Quick summary — what to do first (TL;DR)

  1. Act fast. The sooner you start recovery, the better the chance to stop damage.

  2. Try the official recovery flow: https://facebook.com/hacked and the account recovery page.

  3. Secure your email first (if it’s compromised, recover it before Facebook).

  4. Collect evidence: screenshots of suspicious messages, login notifications, transaction receipts (for ad spend), suspicious posts, and email headers.

  5. Use ID verification if needed — be ready to upload a government ID or other accepted document.

  6. If a Page or Ad account is stolen, remove unknown admins and report to Facebook immediately.

  7. File a police report if money or identity theft occurred.

Below is a full, step-by-step guide with copyable templates and troubleshooting.

















1. Understand the common Facebook compromise scenarios

  • Password changed by attacker; you can’t log in.

  • Password unchanged but login blocked / 2FA changed.

  • Email or recovery phone changed.

  • Account still accessible but attacker is using it to send messages, post spam, or create orders/ads.

  • Business Page or Ad account takeover (unknown admins, ads running).

  • Impersonation (fake account created using your photos).

Different scenarios need slightly different responses — this guide covers all.

2. Immediate actions (first 1–2 hours)

A. If you still have access to the account

  1. Change the password immediately. Use a strong, unique password (12+ characters, mixed types).
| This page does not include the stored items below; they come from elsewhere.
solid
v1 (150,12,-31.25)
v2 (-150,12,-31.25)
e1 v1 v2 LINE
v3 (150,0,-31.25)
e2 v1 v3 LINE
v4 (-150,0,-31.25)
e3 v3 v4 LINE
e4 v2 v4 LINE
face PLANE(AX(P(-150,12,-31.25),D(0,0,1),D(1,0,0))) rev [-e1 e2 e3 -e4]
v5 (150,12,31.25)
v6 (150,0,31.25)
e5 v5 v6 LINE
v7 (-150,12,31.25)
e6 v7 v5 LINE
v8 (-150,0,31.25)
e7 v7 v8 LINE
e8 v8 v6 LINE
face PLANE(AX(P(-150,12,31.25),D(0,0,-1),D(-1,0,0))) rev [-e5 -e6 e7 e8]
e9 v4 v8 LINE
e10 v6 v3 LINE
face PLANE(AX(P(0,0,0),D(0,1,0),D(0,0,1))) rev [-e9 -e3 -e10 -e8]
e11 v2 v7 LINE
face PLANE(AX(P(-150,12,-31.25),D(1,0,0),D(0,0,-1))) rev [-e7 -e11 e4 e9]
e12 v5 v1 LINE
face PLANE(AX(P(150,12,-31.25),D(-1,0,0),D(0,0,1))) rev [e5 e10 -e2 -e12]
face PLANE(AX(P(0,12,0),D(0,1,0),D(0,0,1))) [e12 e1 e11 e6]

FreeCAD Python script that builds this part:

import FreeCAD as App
import Part
import Sketcher

V = App.Vector
Q = App.Units.Quantity

doc = App.newDocument("Part")
body = doc.addObject("PartDesign::Body", "Body")

sketch1 = body.newObject("Sketcher::SketchObject", "Sketch")
sketch1.AttachmentSupport = (doc.getObject("XZ_Plane"), [""])
sketch1.MapMode = "FlatFace"
sketch1.addGeometry([
    Part.LineSegment(V(-150, -31.25, 0), V(-150, 31.25, 0)),
    Part.LineSegment(V(-150, 31.25, 0), V(150, 31.25, 0)),
    Part.LineSegment(V(150, 31.25, 0), V(150, -31.25, 0)),
    Part.LineSegment(V(150, -31.25, 0), V(-150, -31.25, 0)),
], False)
sketch1.addConstraint([
    Sketcher.Constraint("Coincident", 0, 2, 1, 1),
    Sketcher.Constraint("Coincident", 1, 2, 2, 1),
    Sketcher.Constraint("Coincident", 2, 2, 3, 1),
    Sketcher.Constraint("Coincident", 3, 2, 0, 1),
    Sketcher.Constraint("Vertical", 0),
    Sketcher.Constraint("Horizontal", 1),
    Sketcher.Constraint("Vertical", 2),
    Sketcher.Constraint("Horizontal", 3),
    Sketcher.Constraint("Symmetric", 0, 2, 2, 2, -1, 1),
    Sketcher.Constraint("DistanceX", 1, 1, 1, 2, Q("300 mm")),
    Sketcher.Constraint("DistanceY", 0, 1, 0, 2, Q("62.5 mm")),
])
pad1 = body.newObject("PartDesign::Pad", "Pad")
pad1.Profile = sketch1
pad1.Length = 12
pad1.Reversed = True

doc.recompute()
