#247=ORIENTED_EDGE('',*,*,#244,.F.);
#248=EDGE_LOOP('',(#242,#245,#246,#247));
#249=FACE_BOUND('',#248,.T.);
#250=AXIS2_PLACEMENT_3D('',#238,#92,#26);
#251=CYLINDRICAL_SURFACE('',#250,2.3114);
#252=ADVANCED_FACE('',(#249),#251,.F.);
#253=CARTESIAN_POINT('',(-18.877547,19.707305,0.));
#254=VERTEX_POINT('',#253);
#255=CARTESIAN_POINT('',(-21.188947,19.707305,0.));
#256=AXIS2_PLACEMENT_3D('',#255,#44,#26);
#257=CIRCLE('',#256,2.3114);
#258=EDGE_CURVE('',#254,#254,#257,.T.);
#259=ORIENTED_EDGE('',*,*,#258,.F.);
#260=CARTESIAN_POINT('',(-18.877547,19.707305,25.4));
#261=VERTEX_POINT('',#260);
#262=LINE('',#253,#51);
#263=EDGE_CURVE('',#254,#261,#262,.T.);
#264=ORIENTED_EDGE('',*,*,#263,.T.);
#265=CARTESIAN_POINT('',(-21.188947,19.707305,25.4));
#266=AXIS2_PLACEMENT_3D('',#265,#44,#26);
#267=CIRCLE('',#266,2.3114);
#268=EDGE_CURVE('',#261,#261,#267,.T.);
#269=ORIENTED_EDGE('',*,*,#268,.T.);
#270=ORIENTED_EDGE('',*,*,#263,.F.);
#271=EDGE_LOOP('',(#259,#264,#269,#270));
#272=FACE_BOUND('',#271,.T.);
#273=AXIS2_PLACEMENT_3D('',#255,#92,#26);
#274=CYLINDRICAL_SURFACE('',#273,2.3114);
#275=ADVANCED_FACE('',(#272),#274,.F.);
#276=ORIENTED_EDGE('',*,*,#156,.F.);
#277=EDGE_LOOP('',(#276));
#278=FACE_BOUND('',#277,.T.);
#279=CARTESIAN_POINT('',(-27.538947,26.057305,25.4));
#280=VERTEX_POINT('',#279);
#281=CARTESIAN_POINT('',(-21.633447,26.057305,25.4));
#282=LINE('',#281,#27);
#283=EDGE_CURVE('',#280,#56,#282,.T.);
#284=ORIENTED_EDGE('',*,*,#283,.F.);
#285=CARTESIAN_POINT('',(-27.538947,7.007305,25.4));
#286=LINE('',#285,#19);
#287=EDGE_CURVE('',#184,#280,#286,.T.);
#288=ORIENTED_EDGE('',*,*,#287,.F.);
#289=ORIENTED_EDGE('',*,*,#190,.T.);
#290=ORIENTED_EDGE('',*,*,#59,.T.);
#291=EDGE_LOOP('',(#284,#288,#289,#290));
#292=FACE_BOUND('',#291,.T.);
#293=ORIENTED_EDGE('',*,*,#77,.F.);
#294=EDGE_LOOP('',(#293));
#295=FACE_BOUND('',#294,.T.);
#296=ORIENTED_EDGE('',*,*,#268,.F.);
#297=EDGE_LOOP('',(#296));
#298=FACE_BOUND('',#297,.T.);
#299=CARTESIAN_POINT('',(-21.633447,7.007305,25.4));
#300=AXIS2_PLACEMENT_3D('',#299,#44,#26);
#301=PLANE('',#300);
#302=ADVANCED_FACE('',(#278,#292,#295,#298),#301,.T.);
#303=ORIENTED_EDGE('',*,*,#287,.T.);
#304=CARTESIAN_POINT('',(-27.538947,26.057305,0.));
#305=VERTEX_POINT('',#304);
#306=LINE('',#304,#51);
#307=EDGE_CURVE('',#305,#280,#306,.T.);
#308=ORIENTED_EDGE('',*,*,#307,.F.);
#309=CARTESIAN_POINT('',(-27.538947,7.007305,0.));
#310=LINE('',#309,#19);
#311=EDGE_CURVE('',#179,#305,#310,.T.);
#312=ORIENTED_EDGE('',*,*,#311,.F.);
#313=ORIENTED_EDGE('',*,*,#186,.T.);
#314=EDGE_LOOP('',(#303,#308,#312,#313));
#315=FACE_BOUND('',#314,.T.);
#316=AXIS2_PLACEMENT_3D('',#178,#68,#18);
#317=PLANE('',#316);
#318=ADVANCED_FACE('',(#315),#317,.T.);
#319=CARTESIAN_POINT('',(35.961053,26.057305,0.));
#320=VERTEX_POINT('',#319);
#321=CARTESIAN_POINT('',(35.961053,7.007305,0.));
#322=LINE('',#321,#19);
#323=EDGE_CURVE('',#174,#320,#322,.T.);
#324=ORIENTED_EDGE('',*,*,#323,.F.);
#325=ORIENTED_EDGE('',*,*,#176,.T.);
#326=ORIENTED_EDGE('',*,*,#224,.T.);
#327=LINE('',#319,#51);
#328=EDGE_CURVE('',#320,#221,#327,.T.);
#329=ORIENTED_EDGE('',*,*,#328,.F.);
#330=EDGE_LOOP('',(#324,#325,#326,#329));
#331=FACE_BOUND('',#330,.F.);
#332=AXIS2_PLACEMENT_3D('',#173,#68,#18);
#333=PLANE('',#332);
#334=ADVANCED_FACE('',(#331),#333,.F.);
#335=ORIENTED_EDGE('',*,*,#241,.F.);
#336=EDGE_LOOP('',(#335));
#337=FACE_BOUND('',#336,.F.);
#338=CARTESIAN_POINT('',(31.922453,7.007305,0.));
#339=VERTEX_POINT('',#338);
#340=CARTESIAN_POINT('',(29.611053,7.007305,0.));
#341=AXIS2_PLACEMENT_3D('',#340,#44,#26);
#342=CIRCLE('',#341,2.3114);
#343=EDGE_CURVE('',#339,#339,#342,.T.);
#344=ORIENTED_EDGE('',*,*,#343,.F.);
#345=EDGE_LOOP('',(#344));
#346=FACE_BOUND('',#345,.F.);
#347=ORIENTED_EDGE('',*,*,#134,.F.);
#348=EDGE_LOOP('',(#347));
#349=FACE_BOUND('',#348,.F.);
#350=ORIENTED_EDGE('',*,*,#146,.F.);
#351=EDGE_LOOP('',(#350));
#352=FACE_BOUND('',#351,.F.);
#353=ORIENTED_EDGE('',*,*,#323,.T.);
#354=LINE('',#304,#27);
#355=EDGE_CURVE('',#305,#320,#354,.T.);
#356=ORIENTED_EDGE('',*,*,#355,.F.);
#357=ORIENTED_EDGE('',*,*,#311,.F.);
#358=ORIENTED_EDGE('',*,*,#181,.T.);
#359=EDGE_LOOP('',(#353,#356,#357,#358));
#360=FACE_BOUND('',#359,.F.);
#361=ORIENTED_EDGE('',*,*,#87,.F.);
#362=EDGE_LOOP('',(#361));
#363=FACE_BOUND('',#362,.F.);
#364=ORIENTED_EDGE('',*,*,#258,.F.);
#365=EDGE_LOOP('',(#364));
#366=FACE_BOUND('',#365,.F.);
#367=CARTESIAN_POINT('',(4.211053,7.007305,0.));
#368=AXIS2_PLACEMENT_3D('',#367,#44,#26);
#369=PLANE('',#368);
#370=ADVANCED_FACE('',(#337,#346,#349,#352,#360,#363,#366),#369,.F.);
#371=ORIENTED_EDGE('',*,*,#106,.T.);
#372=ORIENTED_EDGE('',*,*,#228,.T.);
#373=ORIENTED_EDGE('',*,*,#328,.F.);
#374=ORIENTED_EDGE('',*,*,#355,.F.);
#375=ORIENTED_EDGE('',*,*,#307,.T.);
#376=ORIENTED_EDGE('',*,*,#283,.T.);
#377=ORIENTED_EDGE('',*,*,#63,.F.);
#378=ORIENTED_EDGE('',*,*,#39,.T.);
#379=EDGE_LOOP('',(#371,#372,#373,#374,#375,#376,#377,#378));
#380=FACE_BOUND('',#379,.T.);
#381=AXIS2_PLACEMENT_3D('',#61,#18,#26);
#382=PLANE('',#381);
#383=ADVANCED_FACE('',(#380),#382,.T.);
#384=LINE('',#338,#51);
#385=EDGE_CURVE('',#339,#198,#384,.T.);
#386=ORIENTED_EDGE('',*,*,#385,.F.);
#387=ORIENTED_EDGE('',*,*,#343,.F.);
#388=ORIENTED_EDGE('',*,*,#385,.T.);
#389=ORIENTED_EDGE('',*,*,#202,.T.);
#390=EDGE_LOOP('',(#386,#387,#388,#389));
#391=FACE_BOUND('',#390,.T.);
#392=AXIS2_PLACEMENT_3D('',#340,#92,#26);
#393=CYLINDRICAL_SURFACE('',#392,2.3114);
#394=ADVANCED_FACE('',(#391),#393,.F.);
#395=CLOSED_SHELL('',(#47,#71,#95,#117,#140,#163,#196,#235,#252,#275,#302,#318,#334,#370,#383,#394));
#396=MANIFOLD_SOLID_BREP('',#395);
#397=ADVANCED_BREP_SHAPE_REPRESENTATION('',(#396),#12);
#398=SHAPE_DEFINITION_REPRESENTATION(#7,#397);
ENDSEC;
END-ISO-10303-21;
  2. Enable Two-Factor Authentication (2FA). Prefer an authenticator app (Google Authenticator, Authy) or a hardware security key.

  3. Log out other devices / sessions. Facebook → Settings → Security and Login → Where You’re Logged InLog Out of All Sessions / remove unknown devices.

  4. Remove suspicious apps and permissions. Settings → Apps and Websites → remove anything you don’t recognize.

  5. Check Page roles and Business Manager. Remove unknown admins and transfer ownership if necessary.

  6. Download a copy of your Facebook data (Settings → Your Facebook Information → Download Information) for evidence.

B. If you cannot access the account (password changed / login blocked)

  1. Go to: https://www.facebook.com/hacked — This is Facebook’s “compromised account” tool.

  2. Or go to the recovery page: https://www.facebook.com/login/identify and follow the steps.

  3. Use devices & locations you normally use when attempting recovery (same phone/computer, same network) — Facebook treats familiar devices/locations as stronger proof.

  4. Collect screenshots or notifications from your email or phone saying password change, login attempt, or unrecognized device. These help escalate with support.

3. Official Facebook account recovery flows (when you cannot log in)




A. facebook.com/hacked — Compromised Account Flow

  • Designed specifically for accounts that may have been taken over.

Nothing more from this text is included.